From the listing below, output only the lines starting at the line that has "v -7.385 -10.332 14" and ending at the line that has "v 1.703 16.936 14", exactly as they appear, ends included.

**Data provided**.
>>>

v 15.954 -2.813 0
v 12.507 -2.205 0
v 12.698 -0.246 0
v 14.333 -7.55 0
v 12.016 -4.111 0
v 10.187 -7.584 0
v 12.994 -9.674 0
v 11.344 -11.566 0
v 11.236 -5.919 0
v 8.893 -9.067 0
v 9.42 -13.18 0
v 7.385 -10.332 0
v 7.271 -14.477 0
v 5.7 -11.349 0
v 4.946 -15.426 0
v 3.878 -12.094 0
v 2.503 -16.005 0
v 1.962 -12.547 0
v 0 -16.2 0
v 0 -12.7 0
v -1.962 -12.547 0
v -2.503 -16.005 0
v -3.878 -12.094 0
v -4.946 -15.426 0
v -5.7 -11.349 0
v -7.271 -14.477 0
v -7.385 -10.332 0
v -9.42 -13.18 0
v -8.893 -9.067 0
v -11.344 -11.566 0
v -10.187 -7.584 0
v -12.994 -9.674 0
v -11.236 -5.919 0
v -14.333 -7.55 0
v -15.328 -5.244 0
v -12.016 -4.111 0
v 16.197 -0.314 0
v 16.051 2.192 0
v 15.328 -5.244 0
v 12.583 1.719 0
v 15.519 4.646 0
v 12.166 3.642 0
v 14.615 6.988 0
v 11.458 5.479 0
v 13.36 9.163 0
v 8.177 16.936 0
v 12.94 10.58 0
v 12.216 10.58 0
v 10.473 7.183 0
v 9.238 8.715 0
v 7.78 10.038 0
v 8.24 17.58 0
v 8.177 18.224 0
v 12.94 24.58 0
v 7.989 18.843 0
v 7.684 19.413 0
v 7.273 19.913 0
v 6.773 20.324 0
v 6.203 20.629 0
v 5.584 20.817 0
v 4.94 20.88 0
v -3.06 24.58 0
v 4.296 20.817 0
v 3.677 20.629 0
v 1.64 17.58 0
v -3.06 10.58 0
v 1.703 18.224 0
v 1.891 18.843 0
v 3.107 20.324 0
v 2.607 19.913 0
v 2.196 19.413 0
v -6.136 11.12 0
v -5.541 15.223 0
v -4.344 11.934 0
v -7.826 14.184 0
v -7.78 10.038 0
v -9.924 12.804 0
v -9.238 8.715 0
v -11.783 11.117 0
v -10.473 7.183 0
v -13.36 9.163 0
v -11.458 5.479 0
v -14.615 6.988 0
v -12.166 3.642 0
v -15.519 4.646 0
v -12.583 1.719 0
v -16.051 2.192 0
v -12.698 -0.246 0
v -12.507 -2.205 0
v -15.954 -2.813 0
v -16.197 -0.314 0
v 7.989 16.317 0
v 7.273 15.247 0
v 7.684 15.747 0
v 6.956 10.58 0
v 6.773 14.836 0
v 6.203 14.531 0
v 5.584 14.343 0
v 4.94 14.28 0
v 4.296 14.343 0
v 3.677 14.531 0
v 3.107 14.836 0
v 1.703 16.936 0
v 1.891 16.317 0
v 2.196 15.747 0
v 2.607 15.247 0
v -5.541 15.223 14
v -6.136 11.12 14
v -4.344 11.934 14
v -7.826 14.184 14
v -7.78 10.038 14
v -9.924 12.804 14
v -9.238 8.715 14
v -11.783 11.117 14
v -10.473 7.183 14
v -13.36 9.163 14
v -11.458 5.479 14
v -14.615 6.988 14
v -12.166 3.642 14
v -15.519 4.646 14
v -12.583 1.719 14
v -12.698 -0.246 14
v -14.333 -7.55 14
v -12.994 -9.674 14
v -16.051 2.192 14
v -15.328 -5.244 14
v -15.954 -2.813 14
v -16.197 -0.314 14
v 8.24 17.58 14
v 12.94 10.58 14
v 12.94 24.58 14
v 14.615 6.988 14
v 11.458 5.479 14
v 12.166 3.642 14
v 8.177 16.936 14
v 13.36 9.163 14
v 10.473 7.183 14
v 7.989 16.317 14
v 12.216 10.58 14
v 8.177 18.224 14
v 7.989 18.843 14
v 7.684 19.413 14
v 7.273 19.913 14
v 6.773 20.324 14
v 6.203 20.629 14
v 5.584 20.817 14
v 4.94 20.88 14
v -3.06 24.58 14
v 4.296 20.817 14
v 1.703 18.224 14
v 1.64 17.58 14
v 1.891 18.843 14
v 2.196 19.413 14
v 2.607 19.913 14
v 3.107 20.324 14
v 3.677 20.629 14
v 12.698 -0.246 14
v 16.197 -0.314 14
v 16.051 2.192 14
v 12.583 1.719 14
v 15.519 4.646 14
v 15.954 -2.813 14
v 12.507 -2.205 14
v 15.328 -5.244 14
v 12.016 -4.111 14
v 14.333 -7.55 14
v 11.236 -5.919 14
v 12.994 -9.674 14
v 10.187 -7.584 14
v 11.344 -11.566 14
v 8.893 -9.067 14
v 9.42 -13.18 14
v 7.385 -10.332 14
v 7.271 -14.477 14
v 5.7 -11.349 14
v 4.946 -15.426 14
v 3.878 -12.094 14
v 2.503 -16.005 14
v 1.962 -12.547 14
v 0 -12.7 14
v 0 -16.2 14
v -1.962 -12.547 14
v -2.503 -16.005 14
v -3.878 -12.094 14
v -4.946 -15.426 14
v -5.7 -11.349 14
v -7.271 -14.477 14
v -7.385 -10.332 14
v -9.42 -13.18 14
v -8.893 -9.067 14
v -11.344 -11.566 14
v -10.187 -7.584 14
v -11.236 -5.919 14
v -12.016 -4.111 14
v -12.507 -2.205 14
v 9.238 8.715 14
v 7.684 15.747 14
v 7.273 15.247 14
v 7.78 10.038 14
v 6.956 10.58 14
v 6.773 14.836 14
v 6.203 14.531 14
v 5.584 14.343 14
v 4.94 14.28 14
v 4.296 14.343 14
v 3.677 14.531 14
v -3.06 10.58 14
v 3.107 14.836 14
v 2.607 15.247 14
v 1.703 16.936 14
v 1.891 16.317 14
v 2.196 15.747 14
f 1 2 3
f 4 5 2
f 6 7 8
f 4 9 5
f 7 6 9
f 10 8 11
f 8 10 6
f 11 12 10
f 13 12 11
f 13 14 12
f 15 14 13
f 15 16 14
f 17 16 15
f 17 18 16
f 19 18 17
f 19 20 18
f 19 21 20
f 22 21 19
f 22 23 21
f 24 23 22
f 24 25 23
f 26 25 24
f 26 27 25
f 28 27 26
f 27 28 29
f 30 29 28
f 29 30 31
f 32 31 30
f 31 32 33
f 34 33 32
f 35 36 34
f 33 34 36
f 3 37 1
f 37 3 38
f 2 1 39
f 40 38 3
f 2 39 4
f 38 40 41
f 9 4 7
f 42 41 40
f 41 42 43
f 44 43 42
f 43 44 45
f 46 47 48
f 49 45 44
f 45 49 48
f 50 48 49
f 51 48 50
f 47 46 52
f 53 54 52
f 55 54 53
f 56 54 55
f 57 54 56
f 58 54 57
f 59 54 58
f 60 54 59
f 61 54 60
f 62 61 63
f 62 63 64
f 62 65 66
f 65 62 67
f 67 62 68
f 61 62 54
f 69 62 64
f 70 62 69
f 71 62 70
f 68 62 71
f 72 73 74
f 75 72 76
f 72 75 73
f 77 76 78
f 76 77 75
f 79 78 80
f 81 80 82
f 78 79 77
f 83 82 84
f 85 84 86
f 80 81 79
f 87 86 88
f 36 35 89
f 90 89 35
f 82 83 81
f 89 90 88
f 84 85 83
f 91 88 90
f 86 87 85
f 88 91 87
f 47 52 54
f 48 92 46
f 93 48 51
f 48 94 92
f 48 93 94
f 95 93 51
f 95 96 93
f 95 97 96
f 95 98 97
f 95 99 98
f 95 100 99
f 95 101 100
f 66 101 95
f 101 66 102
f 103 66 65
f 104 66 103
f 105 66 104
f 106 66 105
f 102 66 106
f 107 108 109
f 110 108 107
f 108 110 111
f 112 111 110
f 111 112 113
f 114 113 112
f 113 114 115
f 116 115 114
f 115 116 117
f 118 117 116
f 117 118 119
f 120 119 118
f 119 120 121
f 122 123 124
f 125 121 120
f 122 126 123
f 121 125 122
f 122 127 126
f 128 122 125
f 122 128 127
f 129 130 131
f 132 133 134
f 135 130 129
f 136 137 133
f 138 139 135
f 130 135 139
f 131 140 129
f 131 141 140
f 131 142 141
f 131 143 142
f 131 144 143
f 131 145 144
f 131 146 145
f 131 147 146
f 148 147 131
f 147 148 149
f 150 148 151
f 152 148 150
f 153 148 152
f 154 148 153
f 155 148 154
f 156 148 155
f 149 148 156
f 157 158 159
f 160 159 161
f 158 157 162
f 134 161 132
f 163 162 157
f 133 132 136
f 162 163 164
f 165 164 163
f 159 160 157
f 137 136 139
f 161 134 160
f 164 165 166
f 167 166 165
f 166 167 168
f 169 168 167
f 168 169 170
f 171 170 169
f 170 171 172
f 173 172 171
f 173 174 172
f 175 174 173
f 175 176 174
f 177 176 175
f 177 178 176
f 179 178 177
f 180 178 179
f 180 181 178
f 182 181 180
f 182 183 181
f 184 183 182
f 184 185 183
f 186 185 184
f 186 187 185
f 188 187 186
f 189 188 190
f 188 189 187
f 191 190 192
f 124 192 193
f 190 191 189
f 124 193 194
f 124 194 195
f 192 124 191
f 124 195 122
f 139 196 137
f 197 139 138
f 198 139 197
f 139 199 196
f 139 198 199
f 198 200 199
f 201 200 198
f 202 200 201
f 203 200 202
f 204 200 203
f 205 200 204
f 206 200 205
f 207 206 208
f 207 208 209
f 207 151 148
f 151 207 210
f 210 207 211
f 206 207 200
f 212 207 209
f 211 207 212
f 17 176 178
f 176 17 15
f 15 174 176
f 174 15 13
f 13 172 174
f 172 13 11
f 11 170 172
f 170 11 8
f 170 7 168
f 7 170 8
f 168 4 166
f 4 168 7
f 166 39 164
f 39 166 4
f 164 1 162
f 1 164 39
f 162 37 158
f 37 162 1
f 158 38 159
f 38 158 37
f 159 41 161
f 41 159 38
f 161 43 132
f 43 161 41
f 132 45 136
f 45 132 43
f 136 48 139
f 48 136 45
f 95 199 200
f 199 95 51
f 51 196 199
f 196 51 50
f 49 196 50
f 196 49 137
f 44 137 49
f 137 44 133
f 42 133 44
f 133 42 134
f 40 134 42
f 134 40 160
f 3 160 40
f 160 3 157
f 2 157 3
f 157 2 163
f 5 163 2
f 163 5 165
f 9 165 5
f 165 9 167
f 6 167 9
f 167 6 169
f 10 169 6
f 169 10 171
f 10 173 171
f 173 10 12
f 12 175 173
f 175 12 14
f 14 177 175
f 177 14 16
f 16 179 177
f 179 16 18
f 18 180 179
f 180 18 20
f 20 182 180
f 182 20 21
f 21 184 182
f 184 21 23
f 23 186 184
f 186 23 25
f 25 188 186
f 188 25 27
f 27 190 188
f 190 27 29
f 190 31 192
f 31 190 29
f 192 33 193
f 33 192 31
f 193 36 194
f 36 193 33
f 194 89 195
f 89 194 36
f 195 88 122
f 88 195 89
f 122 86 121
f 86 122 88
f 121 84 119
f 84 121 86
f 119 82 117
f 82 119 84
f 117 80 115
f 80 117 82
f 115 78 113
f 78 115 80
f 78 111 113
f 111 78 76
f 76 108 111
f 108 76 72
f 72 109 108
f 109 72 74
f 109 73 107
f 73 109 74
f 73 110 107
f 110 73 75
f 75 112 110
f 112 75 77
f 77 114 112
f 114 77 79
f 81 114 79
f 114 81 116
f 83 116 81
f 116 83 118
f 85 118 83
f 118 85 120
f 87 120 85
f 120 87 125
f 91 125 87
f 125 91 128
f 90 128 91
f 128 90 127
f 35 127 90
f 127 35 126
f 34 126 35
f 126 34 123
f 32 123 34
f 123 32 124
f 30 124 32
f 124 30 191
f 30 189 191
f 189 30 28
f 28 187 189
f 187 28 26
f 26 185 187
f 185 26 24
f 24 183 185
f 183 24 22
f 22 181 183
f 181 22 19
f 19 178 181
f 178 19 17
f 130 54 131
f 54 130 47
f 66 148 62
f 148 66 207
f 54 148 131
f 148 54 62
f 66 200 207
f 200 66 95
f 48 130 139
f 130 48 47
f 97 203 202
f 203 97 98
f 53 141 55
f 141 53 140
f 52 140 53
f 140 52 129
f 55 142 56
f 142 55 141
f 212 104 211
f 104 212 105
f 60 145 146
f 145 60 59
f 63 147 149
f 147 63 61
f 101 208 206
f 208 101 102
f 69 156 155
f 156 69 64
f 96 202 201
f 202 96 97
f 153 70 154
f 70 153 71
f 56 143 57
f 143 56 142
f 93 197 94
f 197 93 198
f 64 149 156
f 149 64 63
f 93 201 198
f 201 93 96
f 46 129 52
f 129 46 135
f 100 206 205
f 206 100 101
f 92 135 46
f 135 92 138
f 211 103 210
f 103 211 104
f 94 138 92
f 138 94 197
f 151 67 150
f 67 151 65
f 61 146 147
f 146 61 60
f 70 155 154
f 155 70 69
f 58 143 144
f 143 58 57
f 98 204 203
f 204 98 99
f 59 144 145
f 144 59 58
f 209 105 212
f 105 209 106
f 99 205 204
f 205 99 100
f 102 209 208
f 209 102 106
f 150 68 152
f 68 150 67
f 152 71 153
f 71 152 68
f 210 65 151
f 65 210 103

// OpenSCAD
$fn = 32;

// ----------------------------------------------------------------------
// Pipe clamp: 32.4 mm ring, 3.5 mm wall, 14 mm wide
// ----------------------------------------------------------------------

// --- parameters (mm) ---
outer_r = 16.2;           // clamp outside radius
inner_r = 12.7;           // pipe bore radius
band = 3.5;               // band thickness
clamp_w = 14;             // clamp width
opening = 40;             // opening angle between the ends
lug_w = 16;               // lug width
lug_len = 14;             // lug length
bolt_d = 6.6;             // bolt hole

clamp_profile = [[-5.541, 15.223], [-7.826, 14.184], [-9.924, 12.804], [-11.783, 11.117], [-13.36, 9.163], [-14.615, 6.988], [-15.519, 4.646], [-16.051, 2.192], [-16.197, -0.314], [-15.954, -2.813], [-15.328, -5.244], [-14.333, -7.55], [-12.994, -9.674], [-11.344, -11.566], [-9.42, -13.18], [-7.271, -14.477], [-4.946, -15.426], [-2.503, -16.005], [0, -16.2], [2.503, -16.005], [4.946, -15.426], [7.271, -14.477], [9.42, -13.18], [11.344, -11.566], [12.994, -9.674], [14.333, -7.55], [15.328, -5.244], [15.954, -2.813], [16.197, -0.314], [16.051, 2.192], [15.519, 4.646], [14.615, 6.988], [13.36, 9.163], [11.783, 11.117], [9.924, 12.804], [7.826, 14.184], [5.541, 15.223], [4.344, 11.934], [6.136, 11.12], [7.78, 10.038], [9.238, 8.715], [10.473, 7.183], [11.458, 5.479], [12.166, 3.642], [12.583, 1.719], [12.698, -0.246], [12.507, -2.205], [12.016, -4.111], [11.236, -5.919], [10.187, -7.584], [8.893, -9.067], [7.385, -10.332], [5.7, -11.349], [3.878, -12.094], [1.962, -12.547], [0, -12.7], [-1.962, -12.547], [-3.878, -12.094], [-5.7, -11.349], [-7.385, -10.332], [-8.893, -9.067], [-10.187, -7.584], [-11.236, -5.919], [-12.016, -4.111], [-12.507, -2.205], [-12.698, -0.246], [-12.583, 1.719], [-12.166, 3.642], [-11.458, 5.479], [-10.473, 7.183], [-9.238, 8.715], [-7.78, 10.038], [-6.136, 11.12], [-4.344, 11.934]];

difference() {
  union() {
    linear_extrude(height = clamp_w) polygon(clamp_profile);
    /* bolt lug on the other end */
    translate([-3.06, 10.58, 0]) cube([lug_w, 14, clamp_w]);
  }
  translate([4.94, 17.58, -2.5]) cylinder(h = clamp_w + 5, d = bolt_d);
}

<<<

**Output for this exercise**.
v -7.385 -10.332 14
v -9.42 -13.18 14
v -8.893 -9.067 14
v -11.344 -11.566 14
v -10.187 -7.584 14
v -11.236 -5.919 14
v -12.016 -4.111 14
v -12.507 -2.205 14
v 9.238 8.715 14
v 7.684 15.747 14
v 7.273 15.247 14
v 7.78 10.038 14
v 6.956 10.58 14
v 6.773 14.836 14
v 6.203 14.531 14
v 5.584 14.343 14
v 4.94 14.28 14
v 4.296 14.343 14
v 3.677 14.531 14
v -3.06 10.58 14
v 3.107 14.836 14
v 2.607 15.247 14
v 1.703 16.936 14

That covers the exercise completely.